REQUIREMENT. Begin at the line containing "e60 v43 v33 LINE" in the data below and go on through the line containing "e62 v43 v45 LINE", repeating each line exactly; include both ends and no other line.
--------------------
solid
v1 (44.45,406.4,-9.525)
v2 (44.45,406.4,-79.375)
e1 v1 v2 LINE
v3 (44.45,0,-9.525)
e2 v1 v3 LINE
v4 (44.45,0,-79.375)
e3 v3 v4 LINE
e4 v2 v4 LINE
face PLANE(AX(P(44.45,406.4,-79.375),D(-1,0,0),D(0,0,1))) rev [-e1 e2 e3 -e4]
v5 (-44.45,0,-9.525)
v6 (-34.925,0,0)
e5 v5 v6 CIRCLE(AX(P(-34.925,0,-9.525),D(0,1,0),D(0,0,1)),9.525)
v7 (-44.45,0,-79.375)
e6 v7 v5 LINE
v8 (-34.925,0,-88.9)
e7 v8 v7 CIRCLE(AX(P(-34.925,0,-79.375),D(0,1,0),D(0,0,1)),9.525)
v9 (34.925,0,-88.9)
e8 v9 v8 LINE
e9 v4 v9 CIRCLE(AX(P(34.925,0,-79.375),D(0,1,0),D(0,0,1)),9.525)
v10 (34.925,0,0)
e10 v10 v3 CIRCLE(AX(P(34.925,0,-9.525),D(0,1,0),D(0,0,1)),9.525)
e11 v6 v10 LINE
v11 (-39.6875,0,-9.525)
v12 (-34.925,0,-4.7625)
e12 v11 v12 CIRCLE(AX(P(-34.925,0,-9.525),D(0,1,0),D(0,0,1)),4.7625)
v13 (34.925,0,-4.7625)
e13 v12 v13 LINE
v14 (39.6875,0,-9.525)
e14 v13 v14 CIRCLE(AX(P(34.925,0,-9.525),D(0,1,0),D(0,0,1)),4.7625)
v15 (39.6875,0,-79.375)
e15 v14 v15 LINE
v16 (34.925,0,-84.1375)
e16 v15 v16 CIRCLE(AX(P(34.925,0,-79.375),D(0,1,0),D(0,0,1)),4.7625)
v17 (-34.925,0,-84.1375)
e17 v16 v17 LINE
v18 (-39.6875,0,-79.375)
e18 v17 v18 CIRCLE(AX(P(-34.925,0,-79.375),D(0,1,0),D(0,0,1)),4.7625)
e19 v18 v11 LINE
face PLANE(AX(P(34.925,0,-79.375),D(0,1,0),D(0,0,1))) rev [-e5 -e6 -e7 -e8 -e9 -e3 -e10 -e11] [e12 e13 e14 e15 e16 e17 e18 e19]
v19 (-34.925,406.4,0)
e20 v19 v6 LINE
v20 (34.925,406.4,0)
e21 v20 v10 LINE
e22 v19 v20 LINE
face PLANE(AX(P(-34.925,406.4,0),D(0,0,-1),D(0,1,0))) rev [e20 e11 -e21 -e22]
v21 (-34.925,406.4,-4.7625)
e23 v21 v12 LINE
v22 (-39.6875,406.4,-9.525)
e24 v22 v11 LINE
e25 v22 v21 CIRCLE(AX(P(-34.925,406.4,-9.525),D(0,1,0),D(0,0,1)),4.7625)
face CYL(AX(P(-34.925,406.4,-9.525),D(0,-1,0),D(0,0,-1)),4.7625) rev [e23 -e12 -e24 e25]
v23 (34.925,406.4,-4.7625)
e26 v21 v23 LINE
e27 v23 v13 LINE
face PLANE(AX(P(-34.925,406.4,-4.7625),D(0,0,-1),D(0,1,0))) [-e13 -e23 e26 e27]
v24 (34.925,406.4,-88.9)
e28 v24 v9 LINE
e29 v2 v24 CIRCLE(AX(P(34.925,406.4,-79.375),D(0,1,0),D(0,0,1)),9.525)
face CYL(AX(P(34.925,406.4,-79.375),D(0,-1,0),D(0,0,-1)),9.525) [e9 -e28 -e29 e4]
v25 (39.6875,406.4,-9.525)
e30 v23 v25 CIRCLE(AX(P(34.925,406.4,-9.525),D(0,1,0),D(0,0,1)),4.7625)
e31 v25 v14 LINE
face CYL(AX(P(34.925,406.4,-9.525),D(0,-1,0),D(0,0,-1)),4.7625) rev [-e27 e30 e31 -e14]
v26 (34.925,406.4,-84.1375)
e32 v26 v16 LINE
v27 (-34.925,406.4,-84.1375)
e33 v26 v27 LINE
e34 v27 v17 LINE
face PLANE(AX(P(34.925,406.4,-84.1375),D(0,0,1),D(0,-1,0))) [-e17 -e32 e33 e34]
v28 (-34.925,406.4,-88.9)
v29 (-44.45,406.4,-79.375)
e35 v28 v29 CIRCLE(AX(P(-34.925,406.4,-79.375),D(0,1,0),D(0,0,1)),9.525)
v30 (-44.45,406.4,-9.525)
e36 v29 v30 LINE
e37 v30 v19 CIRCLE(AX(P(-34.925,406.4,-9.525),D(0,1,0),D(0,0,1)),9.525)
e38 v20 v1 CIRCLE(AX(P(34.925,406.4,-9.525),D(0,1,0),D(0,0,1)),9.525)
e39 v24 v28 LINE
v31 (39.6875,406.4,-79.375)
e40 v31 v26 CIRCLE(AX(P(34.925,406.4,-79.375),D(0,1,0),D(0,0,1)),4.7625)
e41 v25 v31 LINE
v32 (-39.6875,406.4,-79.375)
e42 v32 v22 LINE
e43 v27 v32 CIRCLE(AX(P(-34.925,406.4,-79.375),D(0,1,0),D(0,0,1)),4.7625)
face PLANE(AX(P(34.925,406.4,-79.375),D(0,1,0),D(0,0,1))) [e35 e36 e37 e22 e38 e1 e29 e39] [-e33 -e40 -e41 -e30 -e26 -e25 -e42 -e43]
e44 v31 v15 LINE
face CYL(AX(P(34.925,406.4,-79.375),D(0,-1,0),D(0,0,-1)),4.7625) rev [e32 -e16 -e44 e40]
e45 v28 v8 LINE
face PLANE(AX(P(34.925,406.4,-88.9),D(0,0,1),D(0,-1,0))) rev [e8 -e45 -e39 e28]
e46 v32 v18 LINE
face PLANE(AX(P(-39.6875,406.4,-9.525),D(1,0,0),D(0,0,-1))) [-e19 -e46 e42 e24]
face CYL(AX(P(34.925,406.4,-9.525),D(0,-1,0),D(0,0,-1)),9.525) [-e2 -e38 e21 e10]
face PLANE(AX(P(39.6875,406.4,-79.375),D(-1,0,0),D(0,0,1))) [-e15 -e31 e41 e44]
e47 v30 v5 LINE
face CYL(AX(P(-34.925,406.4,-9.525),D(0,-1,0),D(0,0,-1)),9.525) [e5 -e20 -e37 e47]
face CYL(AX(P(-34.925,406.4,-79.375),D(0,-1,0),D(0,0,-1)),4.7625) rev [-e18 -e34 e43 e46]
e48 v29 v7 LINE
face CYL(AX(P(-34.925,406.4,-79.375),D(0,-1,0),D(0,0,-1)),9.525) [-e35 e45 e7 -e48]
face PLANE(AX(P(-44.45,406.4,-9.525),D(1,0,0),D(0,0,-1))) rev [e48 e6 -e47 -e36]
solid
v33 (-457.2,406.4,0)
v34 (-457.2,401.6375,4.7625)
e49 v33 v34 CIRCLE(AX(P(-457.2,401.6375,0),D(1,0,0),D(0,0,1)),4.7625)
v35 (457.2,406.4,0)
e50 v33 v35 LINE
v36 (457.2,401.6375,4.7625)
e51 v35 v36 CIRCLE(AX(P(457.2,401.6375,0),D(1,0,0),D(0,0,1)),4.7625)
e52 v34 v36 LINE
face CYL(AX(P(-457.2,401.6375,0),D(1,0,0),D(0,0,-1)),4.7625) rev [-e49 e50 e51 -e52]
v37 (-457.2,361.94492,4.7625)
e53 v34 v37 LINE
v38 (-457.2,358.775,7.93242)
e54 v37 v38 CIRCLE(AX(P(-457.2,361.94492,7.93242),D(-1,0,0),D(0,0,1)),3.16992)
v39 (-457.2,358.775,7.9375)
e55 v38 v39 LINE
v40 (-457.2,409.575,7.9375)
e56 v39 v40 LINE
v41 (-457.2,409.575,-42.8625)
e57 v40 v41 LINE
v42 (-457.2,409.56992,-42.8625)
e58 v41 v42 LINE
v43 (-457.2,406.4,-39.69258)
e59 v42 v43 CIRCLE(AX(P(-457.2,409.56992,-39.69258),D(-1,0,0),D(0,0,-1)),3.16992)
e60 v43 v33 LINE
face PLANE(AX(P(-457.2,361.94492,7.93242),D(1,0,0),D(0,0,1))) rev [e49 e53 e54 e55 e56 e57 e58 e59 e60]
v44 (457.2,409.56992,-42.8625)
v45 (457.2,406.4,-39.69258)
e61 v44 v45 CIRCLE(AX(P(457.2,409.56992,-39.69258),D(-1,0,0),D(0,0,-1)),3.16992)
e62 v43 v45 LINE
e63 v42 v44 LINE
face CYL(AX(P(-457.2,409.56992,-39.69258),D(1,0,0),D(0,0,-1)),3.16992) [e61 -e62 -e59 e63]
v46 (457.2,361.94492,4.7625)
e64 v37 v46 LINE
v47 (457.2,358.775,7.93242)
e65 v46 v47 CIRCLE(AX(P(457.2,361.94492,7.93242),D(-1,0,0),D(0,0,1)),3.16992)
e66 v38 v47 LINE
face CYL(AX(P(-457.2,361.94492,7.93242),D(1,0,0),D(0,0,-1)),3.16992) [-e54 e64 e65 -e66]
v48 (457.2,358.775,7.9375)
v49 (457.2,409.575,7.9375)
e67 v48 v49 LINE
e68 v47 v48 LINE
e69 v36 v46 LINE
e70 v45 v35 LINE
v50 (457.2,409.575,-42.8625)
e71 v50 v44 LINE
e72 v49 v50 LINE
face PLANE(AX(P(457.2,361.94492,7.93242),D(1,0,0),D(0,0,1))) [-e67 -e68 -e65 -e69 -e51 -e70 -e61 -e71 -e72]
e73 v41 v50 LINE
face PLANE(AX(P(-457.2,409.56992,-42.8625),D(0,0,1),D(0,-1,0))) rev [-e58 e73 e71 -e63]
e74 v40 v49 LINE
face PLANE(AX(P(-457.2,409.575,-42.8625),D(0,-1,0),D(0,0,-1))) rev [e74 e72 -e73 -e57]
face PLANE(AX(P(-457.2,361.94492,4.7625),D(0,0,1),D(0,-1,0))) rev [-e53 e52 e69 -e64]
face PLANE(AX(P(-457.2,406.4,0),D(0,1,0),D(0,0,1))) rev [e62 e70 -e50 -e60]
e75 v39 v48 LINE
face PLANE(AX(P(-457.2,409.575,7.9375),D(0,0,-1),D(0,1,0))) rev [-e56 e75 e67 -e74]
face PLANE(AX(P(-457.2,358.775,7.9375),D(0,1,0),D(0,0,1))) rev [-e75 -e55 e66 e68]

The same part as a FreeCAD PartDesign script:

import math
import FreeCAD as App
import Part
import Sketcher
from FreeCAD import Vector
Q = App.Units.Quantity

doc = App.newDocument("Part")
params = doc.addObject("Spreadsheet::Sheet", "Params")
for row, (alias, value) in enumerate([
    ("sketch1_radius", "0.375 in"),
    ("sketch1_radius2", "0.1875 in"),
    ("sketch1_width", "2.75 in"),
    ("pad1_length", "16 in"),
    ("sketch2_width", "2 in"),
    ("sketch2_radius", "0.1875 in"),
    ("pad2_length", "36 in"),
], start=1):
    params.set(f"A{row}", alias)
    params.set(f"B{row}", "=" + value)
    params.setAlias(f"B{row}", alias)

body = doc.addObject("PartDesign::Body", "Body")

# Sketch on XZ plane
sketch1 = body.newObject("Sketcher::SketchObject", "Sketch")
sketch1.AttachmentSupport = (doc.getObject("XZ_Plane"), [""])
sketch1.MapMode = "FlatFace"
sketch1.addGeometry([
    Part.LineSegment(Vector(-34.9, 0, 0), Vector(34.9, 0, 0)),  # 0
    Part.ArcOfCircle(Part.Circle(Vector(34.9, -9.5, 0), Vector(0, 0, 1), 9.5), math.radians(0), math.radians(90)),  # 1
    Part.LineSegment(Vector(44.5, -9.5, 0), Vector(44.5, -79.4, 0)),  # 2
    Part.ArcOfCircle(Part.Circle(Vector(34.9, -79.4, 0), Vector(0, 0, 1), 9.5), math.radians(-90), math.radians(0)),  # 3
    Part.LineSegment(Vector(34.9, -88.9, 0), Vector(-34.9, -88.9, 0)),  # 4
    Part.ArcOfCircle(Part.Circle(Vector(-34.9, -79.4, 0), Vector(0, 0, 1), 9.5), math.radians(180), math.radians(270)),  # 5
    Part.LineSegment(Vector(-44.5, -79.4, 0), Vector(-44.5, -9.5, 0)),  # 6
    Part.ArcOfCircle(Part.Circle(Vector(-34.9, -9.5, 0), Vector(0, 0, 1), 9.5), math.radians(90), math.radians(180)),  # 7
    Part.LineSegment(Vector(34.9, -4.8, 0), Vector(-34.9, -4.8, 0)),  # 8
    Part.ArcOfCircle(Part.Circle(Vector(-34.9, -9.5, 0), Vector(0, 0, 1), 4.8), math.radians(90), math.radians(180)),  # 9
    Part.LineSegment(Vector(-39.7, -9.5, 0), Vector(-39.7, -79.4, 0)),  # 10
    Part.ArcOfCircle(Part.Circle(Vector(-34.9, -79.4, 0), Vector(0, 0, 1), 4.8), math.radians(-180), math.radians(-90)),  # 11
    Part.LineSegment(Vector(-34.9, -84.1, 0), Vector(34.9, -84.1, 0)),  # 12
    Part.ArcOfCircle(Part.Circle(Vector(34.9, -79.4, 0), Vector(0, 0, 1), 4.8), math.radians(-90), math.radians(0)),  # 13
    Part.LineSegment(Vector(39.7, -79.4, 0), Vector(39.7, -9.5, 0)),  # 14
    Part.ArcOfCircle(Part.Circle(Vector(34.9, -9.5, 0), Vector(0, 0, 1), 4.8), math.radians(0), math.radians(90)),  # 15
], False)
sketch1.addConstraint([
    Sketcher.Constraint("Tangent", 0, 2, 1, 2),
    Sketcher.Constraint("Tangent", 1, 1, 2, 1),
    Sketcher.Constraint("Tangent", 2, 2, 3, 2),
    Sketcher.Constraint("Tangent", 3, 1, 4, 1),
    Sketcher.Constraint("Tangent", 4, 2, 5, 2),
    Sketcher.Constraint("Tangent", 5, 1, 6, 1),
    Sketcher.Constraint("Tangent", 6, 2, 7, 2),
    Sketcher.Constraint("Tangent", 7, 1, 0, 1),
    Sketcher.Constraint("Tangent", 8, 2, 9, 1),
    Sketcher.Constraint("Tangent", 9, 2, 10, 1),
    Sketcher.Constraint("Tangent", 10, 2, 11, 1),
    Sketcher.Constraint("Tangent", 11, 2, 12, 1),
    Sketcher.Constraint("Tangent", 12, 2, 13, 1),
    Sketcher.Constraint("Tangent", 13, 2, 14, 1),
    Sketcher.Constraint("Tangent", 14, 2, 15, 1),
    Sketcher.Constraint("Tangent", 15, 2, 8, 1),
    Sketcher.Constraint("Horizontal", 0),
    Sketcher.Constraint("Vertical", 2),
    Sketcher.Constraint("Horizontal", 4),
    Sketcher.Constraint("Vertical", 6),
    Sketcher.Constraint("Horizontal", 8),
    Sketcher.Constraint("Vertical", 10),
    Sketcher.Constraint("Horizontal", 12),
    Sketcher.Constraint("Vertical", 14),
    Sketcher.Constraint("Coincident", 9, 3, 7, 3),
    Sketcher.Constraint("Coincident", 11, 3, 5, 3),
    Sketcher.Constraint("Coincident", 13, 3, 3, 3),
    Sketcher.Constraint("Equal", 1, 3),
    Sketcher.Constraint("Equal", 3, 5),
    Sketcher.Constraint("Equal", 5, 7),
    Sketcher.Constraint("Equal", 13, 15),
    Sketcher.Constraint("Symmetric", 0, 2, 7, 1, -1, 1),
    Sketcher.Constraint("Equal", 12, 2),
    Sketcher.Constraint("Radius", 1, Q("0.375 in")),
    Sketcher.Constraint("Radius", 9, Q("0.1875 in")),
    Sketcher.Constraint("DistanceX", 0, 1, 0, 2, Q("2.75 in")),
])
sketch1.setExpression("Constraints[33]", "Params.sketch1_radius")
sketch1.setExpression("Constraints[34]", "Params.sketch1_radius2")
sketch1.setExpression("Constraints[35]", "Params.sketch1_width")
pad1 = body.newObject("PartDesign::Pad", "Pad")
pad1.Profile = sketch1
pad1.setExpression("Length", "Params.pad1_length")
pad1.Reversed = True
body2 = doc.addObject("PartDesign::Body", "Body001")

# Sketch on YZ plane
sketch2 = body2.newObject("Sketcher::SketchObject", "Sketch001")
sketch2.AttachmentSupport = (doc.getObject("YZ_Plane001"), [""])
sketch2.MapMode = "FlatFace"
sketch2.AttachmentOffset = App.Placement(Vector(0, 0, 18 * 25.4), App.Rotation())
sketch2.addGeometry([
    Part.LineSegment(Vector(358.775, 7.938, 0), Vector(409.575, 7.938, 0)),  # 0
    Part.LineSegment(Vector(409.575, 7.938, 0), Vector(409.575, -42.862, 0)),  # 1
    Part.LineSegment(Vector(409.575, -42.862, 0), Vector(409.57, -42.862, 0)),  # 2
    Part.ArcOfCircle(Part.Circle(Vector(409.57, -39.693, 0), Vector(0, 0, 1), 3.17), math.radians(180), math.radians(270)),  # 3
    Part.LineSegment(Vector(406.4, -39.693, 0), Vector(406.4, 0, 0)),  # 4
    Part.ArcOfCircle(Part.Circle(Vector(401.637, 0, 0), Vector(0, 0, 1), 4.763), math.radians(0), math.radians(90)),  # 5
    Part.LineSegment(Vector(401.637, 4.763, 0), Vector(361.945, 4.763, 0)),  # 6
    Part.ArcOfCircle(Part.Circle(Vector(361.945, 7.932, 0), Vector(0, 0, 1), 3.17), math.radians(180), math.radians(270)),  # 7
--------------------
RESPONSE FOR THIS EXERCISE.
e60 v43 v33 LINE
face PLANE(AX(P(-457.2,361.94492,7.93242),D(1,0,0),D(0,0,1))) rev [e49 e53 e54 e55 e56 e57 e58 e59 e60]
v44 (457.2,409.56992,-42.8625)
v45 (457.2,406.4,-39.69258)
e61 v44 v45 CIRCLE(AX(P(457.2,409.56992,-39.69258),D(-1,0,0),D(0,0,-1)),3.16992)
e62 v43 v45 LINE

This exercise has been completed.